蒲娓垂下眼,绞着手:“算我不对好了。”猛的抬头问:“大少爷,我奶奶……”
“周嬷嬷嘛,其实她当年在江湖上也算小有名气,但成名后反而隐退不出,以至如今还记得她大名的人并不多。”
这也是卓人倾查出来的消息,雁过留痕,人过留声,周嬷嬷当年在江湖上虽算不得多顶尖出色,可行走江湖的女人本来就不多,倒是很容易闯出一点名气来的。只是她后来又果断隐退不出,渐渐就没什么人记得她了,至于她是怎么收留下危楚的?这个需她本人亲自来解答了。
“我奶奶怎么会找上暗夜的?”
卓人仰摸着下巴也陷于沉思,分析道:“有可能周嬷嬷在抚养你这么多年中一直在暗中调查……不过,她怎么会找上暗夜呢?这个组织好久没露面了?”
“是啊,不是说消失好多年了吗?”蒲娓也纳闷,奶奶趁着她在凌风堡好吃好喝待着就放心大胆的直奔暗夜去,然后就出现了假冒的危楚?

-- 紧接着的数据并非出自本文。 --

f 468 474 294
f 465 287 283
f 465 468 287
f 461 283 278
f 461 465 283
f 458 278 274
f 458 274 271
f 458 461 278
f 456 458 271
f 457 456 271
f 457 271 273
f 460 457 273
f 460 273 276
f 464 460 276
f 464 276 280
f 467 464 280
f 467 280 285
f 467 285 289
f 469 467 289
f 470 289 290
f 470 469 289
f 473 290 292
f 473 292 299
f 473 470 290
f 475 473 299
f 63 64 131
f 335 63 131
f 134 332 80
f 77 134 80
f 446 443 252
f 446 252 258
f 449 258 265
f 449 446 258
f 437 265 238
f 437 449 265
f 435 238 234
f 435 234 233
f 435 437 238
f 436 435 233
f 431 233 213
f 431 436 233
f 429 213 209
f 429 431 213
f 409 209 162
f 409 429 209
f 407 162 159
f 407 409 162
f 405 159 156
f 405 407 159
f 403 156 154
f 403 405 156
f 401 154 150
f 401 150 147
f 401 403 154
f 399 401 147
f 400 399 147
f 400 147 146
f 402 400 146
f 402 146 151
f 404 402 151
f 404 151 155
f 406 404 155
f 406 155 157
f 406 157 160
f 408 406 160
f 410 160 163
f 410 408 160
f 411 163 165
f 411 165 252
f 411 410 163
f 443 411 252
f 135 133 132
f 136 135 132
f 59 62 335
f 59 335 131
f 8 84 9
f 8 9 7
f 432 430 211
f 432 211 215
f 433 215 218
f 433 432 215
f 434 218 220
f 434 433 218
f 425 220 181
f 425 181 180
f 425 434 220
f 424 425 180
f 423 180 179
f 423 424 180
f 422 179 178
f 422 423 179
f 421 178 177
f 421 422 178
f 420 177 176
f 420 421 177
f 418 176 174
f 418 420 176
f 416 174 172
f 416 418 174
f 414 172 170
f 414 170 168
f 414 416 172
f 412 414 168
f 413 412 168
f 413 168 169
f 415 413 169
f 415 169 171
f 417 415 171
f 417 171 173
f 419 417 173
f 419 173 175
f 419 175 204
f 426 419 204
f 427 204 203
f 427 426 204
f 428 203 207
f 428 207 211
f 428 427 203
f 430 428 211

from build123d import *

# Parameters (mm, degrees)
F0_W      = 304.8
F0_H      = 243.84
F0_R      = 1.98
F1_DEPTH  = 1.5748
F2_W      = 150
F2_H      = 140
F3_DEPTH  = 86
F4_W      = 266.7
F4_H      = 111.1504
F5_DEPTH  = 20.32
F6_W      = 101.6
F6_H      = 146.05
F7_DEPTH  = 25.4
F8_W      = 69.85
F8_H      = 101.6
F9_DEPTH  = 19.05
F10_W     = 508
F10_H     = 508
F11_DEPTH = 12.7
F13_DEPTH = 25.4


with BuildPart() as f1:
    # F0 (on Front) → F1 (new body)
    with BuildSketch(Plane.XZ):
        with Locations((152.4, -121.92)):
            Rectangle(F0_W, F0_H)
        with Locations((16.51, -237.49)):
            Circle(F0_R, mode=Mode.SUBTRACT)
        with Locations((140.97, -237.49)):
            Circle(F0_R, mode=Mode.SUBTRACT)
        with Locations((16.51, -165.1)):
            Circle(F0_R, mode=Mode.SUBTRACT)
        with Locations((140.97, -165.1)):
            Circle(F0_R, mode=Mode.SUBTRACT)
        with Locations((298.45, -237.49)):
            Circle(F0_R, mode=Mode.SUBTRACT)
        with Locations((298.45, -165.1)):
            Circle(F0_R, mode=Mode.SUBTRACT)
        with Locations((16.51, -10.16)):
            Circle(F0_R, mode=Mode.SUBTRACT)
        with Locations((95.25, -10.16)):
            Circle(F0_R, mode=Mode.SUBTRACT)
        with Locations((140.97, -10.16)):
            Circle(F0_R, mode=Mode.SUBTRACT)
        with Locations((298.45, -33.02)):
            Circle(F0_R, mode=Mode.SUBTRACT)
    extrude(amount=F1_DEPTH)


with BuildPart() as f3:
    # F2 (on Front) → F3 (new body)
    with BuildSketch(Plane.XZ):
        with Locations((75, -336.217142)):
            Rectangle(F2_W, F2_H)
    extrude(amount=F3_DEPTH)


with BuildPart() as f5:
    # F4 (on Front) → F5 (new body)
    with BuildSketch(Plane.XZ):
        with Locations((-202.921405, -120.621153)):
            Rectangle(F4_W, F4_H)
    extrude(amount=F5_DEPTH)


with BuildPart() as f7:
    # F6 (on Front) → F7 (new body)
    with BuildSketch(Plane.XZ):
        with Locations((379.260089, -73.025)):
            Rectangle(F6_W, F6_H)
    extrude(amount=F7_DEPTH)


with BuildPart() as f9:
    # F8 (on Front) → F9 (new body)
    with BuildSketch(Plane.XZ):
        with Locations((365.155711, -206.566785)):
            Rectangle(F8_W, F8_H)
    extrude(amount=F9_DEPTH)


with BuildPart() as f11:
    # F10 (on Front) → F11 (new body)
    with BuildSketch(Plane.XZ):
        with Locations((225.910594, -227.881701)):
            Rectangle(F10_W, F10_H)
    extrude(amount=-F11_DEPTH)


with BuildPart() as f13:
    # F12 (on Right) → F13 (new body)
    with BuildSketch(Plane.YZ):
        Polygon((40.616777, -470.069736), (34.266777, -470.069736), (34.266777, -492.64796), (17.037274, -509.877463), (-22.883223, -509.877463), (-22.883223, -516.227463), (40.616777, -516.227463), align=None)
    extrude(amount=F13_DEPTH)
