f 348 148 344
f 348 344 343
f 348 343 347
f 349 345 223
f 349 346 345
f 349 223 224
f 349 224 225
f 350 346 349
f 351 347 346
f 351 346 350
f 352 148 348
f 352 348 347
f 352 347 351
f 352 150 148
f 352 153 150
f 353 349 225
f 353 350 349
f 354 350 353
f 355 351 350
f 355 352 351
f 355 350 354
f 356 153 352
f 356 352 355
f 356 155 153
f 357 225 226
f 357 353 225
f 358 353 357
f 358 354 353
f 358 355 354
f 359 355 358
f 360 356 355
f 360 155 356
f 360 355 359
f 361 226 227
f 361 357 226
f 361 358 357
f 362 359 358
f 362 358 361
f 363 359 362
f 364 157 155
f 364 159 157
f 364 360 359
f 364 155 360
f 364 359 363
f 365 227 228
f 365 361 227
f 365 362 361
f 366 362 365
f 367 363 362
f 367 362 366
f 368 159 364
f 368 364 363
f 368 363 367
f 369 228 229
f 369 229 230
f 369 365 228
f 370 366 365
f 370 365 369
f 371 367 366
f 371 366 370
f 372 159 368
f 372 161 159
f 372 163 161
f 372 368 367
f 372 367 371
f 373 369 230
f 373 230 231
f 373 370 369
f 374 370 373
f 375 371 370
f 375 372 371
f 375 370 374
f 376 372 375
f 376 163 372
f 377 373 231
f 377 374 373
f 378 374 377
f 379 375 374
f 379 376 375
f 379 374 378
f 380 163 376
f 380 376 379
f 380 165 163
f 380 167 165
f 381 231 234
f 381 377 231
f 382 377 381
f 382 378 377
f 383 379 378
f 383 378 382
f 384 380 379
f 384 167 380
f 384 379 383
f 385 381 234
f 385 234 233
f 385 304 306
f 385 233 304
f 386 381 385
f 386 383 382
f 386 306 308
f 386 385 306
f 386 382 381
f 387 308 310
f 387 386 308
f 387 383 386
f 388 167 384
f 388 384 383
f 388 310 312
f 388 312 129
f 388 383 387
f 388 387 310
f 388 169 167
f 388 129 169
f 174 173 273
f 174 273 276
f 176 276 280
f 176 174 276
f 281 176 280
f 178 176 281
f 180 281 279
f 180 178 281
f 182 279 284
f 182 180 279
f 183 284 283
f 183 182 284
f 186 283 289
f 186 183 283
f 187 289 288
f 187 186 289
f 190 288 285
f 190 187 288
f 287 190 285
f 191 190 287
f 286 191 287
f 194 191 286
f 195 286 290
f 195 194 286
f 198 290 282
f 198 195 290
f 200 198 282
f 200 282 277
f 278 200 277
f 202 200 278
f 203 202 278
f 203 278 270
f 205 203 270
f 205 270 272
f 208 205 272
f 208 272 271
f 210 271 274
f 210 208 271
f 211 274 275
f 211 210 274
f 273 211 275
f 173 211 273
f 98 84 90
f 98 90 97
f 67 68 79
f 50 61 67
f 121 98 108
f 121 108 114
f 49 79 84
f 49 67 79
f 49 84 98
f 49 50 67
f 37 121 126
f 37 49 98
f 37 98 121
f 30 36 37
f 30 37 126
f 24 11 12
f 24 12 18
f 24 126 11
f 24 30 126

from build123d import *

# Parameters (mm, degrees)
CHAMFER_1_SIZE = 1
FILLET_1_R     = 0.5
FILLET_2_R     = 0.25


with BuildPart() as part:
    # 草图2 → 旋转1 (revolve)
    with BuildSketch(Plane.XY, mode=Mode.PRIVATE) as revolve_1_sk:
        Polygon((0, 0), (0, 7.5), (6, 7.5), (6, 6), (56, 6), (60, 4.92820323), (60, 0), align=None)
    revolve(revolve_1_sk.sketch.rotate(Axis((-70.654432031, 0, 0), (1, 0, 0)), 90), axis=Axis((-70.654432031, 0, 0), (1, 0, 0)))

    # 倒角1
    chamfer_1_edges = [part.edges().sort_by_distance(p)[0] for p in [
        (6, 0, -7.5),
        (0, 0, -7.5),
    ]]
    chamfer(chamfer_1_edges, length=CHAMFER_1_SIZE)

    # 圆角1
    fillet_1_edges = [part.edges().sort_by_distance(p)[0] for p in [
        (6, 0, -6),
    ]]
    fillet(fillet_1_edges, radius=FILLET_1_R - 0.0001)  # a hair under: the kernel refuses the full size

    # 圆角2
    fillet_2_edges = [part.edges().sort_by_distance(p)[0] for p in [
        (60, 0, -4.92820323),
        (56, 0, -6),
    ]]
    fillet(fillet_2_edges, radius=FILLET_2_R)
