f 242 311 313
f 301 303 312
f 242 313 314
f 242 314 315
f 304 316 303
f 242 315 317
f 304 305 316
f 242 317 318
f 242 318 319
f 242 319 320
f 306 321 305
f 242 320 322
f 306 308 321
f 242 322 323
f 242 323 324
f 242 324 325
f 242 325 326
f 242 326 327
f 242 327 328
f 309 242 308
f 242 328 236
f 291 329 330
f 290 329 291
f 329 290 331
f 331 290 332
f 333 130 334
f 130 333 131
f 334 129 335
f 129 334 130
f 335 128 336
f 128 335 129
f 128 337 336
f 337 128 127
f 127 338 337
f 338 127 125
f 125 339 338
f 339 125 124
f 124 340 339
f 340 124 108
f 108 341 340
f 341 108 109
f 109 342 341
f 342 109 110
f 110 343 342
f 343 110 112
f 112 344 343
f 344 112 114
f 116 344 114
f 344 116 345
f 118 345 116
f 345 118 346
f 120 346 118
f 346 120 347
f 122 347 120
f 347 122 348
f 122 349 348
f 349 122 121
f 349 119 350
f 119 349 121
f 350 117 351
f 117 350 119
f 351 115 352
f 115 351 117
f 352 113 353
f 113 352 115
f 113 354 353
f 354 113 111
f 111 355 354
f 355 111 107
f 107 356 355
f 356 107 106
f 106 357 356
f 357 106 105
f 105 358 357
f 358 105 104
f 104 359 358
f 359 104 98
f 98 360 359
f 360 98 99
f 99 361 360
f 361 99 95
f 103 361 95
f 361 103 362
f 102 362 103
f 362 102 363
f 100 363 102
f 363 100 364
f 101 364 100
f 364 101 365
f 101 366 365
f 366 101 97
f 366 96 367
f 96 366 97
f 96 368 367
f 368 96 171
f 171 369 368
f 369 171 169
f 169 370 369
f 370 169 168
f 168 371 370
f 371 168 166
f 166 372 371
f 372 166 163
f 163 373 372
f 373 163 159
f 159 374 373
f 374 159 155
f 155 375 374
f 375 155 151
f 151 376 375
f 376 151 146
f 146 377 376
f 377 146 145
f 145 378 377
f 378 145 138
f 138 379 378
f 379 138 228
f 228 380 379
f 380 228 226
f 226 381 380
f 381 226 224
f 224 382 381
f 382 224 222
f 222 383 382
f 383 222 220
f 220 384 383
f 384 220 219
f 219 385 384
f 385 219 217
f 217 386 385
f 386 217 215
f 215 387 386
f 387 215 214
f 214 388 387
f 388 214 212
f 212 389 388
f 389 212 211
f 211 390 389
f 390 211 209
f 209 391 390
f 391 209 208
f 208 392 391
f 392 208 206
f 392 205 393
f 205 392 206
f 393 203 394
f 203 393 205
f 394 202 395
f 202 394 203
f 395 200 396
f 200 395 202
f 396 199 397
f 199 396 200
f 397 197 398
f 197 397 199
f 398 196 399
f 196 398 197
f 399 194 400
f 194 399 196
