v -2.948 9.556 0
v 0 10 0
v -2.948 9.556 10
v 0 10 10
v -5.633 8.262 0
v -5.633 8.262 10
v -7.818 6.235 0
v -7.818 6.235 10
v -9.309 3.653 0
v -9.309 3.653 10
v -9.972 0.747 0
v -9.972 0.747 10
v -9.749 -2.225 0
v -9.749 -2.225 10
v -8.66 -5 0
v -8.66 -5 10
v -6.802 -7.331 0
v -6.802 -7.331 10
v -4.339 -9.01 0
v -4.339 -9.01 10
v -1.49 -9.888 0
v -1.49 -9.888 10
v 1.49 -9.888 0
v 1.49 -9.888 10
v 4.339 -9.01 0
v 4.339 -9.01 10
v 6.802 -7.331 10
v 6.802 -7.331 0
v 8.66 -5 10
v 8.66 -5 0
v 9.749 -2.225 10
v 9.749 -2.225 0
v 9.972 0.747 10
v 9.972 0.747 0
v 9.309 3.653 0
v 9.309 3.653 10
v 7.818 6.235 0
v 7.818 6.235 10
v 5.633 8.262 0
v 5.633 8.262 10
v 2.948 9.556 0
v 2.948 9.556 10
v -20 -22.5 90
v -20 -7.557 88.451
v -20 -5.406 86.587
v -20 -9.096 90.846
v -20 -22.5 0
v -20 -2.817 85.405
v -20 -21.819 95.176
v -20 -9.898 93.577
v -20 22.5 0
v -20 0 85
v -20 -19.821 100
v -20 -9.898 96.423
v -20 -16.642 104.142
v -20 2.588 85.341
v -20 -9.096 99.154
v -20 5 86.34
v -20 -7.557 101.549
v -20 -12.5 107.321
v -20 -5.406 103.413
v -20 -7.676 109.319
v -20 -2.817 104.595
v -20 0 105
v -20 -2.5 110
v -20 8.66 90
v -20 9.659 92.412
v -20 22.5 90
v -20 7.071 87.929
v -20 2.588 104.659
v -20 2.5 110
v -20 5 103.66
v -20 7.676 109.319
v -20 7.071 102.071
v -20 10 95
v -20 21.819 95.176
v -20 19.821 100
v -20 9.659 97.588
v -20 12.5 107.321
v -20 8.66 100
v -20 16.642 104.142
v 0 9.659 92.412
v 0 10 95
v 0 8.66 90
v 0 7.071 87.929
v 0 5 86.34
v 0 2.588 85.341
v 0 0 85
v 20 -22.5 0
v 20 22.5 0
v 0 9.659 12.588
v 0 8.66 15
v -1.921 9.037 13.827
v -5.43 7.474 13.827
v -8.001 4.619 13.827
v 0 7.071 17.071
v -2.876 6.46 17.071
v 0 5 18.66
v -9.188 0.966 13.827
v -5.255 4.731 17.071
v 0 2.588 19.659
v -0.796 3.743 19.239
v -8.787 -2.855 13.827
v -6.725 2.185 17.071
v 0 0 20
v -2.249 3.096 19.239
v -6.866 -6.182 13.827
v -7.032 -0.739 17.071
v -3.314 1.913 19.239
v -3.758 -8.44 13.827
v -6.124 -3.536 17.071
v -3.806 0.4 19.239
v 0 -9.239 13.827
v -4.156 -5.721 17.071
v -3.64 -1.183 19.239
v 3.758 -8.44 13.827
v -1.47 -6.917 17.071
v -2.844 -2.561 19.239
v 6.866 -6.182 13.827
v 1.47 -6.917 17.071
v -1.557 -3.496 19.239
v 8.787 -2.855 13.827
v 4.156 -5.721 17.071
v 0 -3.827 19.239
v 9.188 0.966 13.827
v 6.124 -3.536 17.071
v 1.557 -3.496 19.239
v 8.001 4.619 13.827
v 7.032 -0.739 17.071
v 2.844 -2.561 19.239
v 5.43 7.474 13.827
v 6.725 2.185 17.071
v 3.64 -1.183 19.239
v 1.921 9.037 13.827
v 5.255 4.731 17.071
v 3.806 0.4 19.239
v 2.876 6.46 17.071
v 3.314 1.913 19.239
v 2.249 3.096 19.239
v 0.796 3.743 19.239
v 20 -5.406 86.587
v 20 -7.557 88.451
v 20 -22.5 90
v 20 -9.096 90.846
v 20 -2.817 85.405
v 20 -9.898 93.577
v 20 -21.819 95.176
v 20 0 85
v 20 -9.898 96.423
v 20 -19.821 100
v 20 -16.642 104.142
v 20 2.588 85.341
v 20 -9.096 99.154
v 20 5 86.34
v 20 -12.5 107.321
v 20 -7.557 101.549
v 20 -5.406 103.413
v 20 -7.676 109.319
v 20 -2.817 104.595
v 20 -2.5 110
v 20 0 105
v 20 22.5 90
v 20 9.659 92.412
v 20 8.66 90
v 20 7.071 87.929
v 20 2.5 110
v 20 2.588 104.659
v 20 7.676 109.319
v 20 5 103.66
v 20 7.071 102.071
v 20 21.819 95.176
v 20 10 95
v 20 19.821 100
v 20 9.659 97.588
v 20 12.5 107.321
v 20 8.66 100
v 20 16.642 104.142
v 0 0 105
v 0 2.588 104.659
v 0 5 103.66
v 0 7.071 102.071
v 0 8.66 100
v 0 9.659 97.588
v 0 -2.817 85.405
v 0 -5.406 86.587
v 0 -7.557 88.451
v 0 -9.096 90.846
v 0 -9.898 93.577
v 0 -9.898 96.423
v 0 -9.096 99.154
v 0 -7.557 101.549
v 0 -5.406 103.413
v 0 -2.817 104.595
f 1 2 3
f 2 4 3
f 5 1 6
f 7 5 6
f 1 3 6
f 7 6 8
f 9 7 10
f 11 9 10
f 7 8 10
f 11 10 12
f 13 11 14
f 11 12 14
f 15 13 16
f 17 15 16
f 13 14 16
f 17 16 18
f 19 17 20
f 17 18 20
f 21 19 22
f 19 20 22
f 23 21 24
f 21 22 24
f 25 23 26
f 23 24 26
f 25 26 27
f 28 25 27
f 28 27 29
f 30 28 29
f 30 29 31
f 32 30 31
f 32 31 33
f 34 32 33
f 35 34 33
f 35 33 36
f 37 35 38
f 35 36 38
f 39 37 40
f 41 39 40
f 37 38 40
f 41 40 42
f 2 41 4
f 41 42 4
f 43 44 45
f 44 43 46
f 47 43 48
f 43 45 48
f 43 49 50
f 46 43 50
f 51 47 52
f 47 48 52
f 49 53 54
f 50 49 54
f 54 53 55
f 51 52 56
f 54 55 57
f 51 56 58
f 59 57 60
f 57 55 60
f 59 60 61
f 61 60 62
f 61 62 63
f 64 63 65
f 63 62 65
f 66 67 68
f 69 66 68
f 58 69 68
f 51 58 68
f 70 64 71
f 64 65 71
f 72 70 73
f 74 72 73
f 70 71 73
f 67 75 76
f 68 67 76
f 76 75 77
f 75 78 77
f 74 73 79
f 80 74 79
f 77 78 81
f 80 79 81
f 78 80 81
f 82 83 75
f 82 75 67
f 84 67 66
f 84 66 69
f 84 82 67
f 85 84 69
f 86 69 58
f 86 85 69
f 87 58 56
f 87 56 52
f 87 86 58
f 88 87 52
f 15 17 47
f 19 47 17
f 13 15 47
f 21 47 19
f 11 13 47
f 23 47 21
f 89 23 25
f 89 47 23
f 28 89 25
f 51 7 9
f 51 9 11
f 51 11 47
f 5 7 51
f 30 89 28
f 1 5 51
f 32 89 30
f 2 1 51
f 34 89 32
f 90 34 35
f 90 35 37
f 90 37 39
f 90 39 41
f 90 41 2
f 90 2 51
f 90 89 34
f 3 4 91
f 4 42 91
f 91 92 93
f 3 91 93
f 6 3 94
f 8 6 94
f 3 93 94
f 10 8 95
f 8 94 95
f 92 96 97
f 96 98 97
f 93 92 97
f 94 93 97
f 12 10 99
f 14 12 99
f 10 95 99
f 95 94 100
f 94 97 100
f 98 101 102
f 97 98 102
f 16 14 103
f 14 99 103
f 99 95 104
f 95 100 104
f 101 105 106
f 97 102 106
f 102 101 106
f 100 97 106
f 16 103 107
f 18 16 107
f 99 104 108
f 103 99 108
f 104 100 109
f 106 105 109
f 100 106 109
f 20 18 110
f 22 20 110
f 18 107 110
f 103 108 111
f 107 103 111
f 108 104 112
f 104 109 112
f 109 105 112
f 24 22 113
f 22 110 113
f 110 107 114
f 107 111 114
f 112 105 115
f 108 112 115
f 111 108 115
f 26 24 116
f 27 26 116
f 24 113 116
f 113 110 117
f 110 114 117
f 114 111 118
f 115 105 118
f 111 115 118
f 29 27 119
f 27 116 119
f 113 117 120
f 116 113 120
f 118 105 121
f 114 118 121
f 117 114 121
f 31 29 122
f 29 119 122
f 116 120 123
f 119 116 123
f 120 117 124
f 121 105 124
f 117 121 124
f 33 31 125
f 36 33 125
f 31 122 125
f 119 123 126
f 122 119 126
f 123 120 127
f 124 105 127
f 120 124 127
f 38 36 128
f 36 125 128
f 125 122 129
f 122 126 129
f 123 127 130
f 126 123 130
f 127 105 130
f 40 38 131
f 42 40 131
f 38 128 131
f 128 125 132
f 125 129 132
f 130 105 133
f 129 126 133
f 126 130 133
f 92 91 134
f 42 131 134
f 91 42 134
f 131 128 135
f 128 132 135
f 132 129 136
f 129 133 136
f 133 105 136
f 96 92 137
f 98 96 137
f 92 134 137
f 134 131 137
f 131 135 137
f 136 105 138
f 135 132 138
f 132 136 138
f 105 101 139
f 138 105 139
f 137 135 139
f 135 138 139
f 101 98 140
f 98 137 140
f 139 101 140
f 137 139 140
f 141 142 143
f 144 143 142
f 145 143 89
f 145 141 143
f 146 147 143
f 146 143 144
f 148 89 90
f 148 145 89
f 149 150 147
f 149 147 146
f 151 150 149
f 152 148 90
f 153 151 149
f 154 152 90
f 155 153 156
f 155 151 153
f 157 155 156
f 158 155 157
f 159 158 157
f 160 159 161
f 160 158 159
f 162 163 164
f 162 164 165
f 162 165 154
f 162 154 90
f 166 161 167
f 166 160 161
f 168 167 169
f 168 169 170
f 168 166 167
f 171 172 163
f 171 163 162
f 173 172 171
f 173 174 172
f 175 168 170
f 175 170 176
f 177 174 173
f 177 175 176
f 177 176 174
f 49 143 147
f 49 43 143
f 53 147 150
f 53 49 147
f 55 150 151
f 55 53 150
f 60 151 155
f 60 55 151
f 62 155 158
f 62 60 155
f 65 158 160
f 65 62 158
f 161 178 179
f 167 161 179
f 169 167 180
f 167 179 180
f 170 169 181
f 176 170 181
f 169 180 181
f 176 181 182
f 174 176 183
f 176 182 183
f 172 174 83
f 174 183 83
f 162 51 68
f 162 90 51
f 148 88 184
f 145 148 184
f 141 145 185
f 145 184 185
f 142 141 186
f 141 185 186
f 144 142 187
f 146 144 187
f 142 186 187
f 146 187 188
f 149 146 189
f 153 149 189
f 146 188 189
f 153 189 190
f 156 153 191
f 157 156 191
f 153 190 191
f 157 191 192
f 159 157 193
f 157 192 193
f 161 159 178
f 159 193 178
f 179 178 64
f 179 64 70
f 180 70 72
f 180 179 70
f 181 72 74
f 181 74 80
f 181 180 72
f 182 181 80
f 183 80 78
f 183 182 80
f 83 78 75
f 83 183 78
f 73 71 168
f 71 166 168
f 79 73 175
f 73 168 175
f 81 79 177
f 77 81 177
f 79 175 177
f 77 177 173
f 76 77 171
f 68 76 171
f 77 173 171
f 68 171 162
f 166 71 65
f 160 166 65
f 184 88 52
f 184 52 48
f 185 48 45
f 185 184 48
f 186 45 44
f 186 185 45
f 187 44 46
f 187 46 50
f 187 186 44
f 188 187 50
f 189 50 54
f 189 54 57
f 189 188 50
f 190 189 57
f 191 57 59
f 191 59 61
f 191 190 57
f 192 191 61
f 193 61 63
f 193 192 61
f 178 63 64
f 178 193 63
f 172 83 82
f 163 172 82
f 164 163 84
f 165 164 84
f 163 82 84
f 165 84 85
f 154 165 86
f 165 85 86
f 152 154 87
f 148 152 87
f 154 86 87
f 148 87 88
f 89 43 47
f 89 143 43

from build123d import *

# Parameters (mm, degrees)
F1_DEPTH = 20
F2_R     = 20


with BuildPart() as f1:
    # F0 (on Right) → F1 (new body, symmetric)
    with BuildSketch(Plane.YZ):
        with BuildLine():
            Line((-22.5, 0), (0, 0))
            Line((0, 0), (0, 85))
            ThreePointArc((0, 85), (-10, 95), (0, 105))
            Line((0, 105), (0, 110))
            Line((0, 110), (-22.5, 110))
            Line((-22.5, 110), (-22.5, 0))
        make_face()
        with BuildLine():
            Line((0, 0), (22.5, 0))
            Line((22.5, 0), (22.5, 110))
            Line((22.5, 110), (0, 110))
            Line((0, 110), (0, 105))
            ThreePointArc((0, 105), (7.0710678119, 102.0710678119), (10, 95))
            ThreePointArc((10, 95), (7.0710678119, 87.9289321881), (0, 85))
            Line((0, 85), (0, 0))
        make_face()
    extrude(amount=F1_DEPTH, both=True)

    # F2
    f2_edges = [f1.edges().sort_by_distance(p)[0] for p in [
        (0, -22.5, 110),
        (0, 22.5, 110),
    ]]
    fillet(f2_edges, radius=F2_R)

    # F3 (on Right) → F4 (revolve, cut)
    with BuildSketch(Plane.YZ):
        with BuildLine():
            Line((0, 20), (0, 0))
            Line((0, 0), (0, -5))
            Line((0, -5), (10, -5))
            Line((10, -5), (10, 0))
            Line((10, 0), (10, 10))
            ThreePointArc((10, 10), (7.0710678119, 17.0710678119), (0, 20))
        make_face()
    revolve(axis=Axis((0, 0, 10), (0, 0, 1)), mode=Mode.SUBTRACT)


solid = f1.part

“很古怪!这个危楚的遗书是周嬷嬷的笔迹,她的一切关于四海镖局的细节也肯定来自周嬷嬷,但周嬷嬷没告诉她们,真正的危楚也正在凌风堡?”
蒲娓赞同:“对,我知道这正是我奶奶在暗中提醒,她不是探什么亲而是被人关起来了。”
这一点卓人仰没异议,令人不解的是周嬷嬷是怎么发现暗夜落脚处的?
“难道当年还有一些外人不知道的线索?”蒲娓琢磨着。
“只能这么解释。”卓人仰脑海中过滤当年所有细节,这个暗夜好像在当年并没有真正进入他的视线,也并没有将四海镖局的案子跟他们联系起来。
这次他们不但派人去汉江府衙,还大胆假冒危楚涉险凌风堡?‘天衣’?这个‘天衣’对他们这么重要?他起身踱步,越踱越快,思忖:他们以为‘天衣’一定在官府保存,暗盗下手伤人后发现转到凌风堡,明抢不可能,打出危楚这张牌是最佳上策……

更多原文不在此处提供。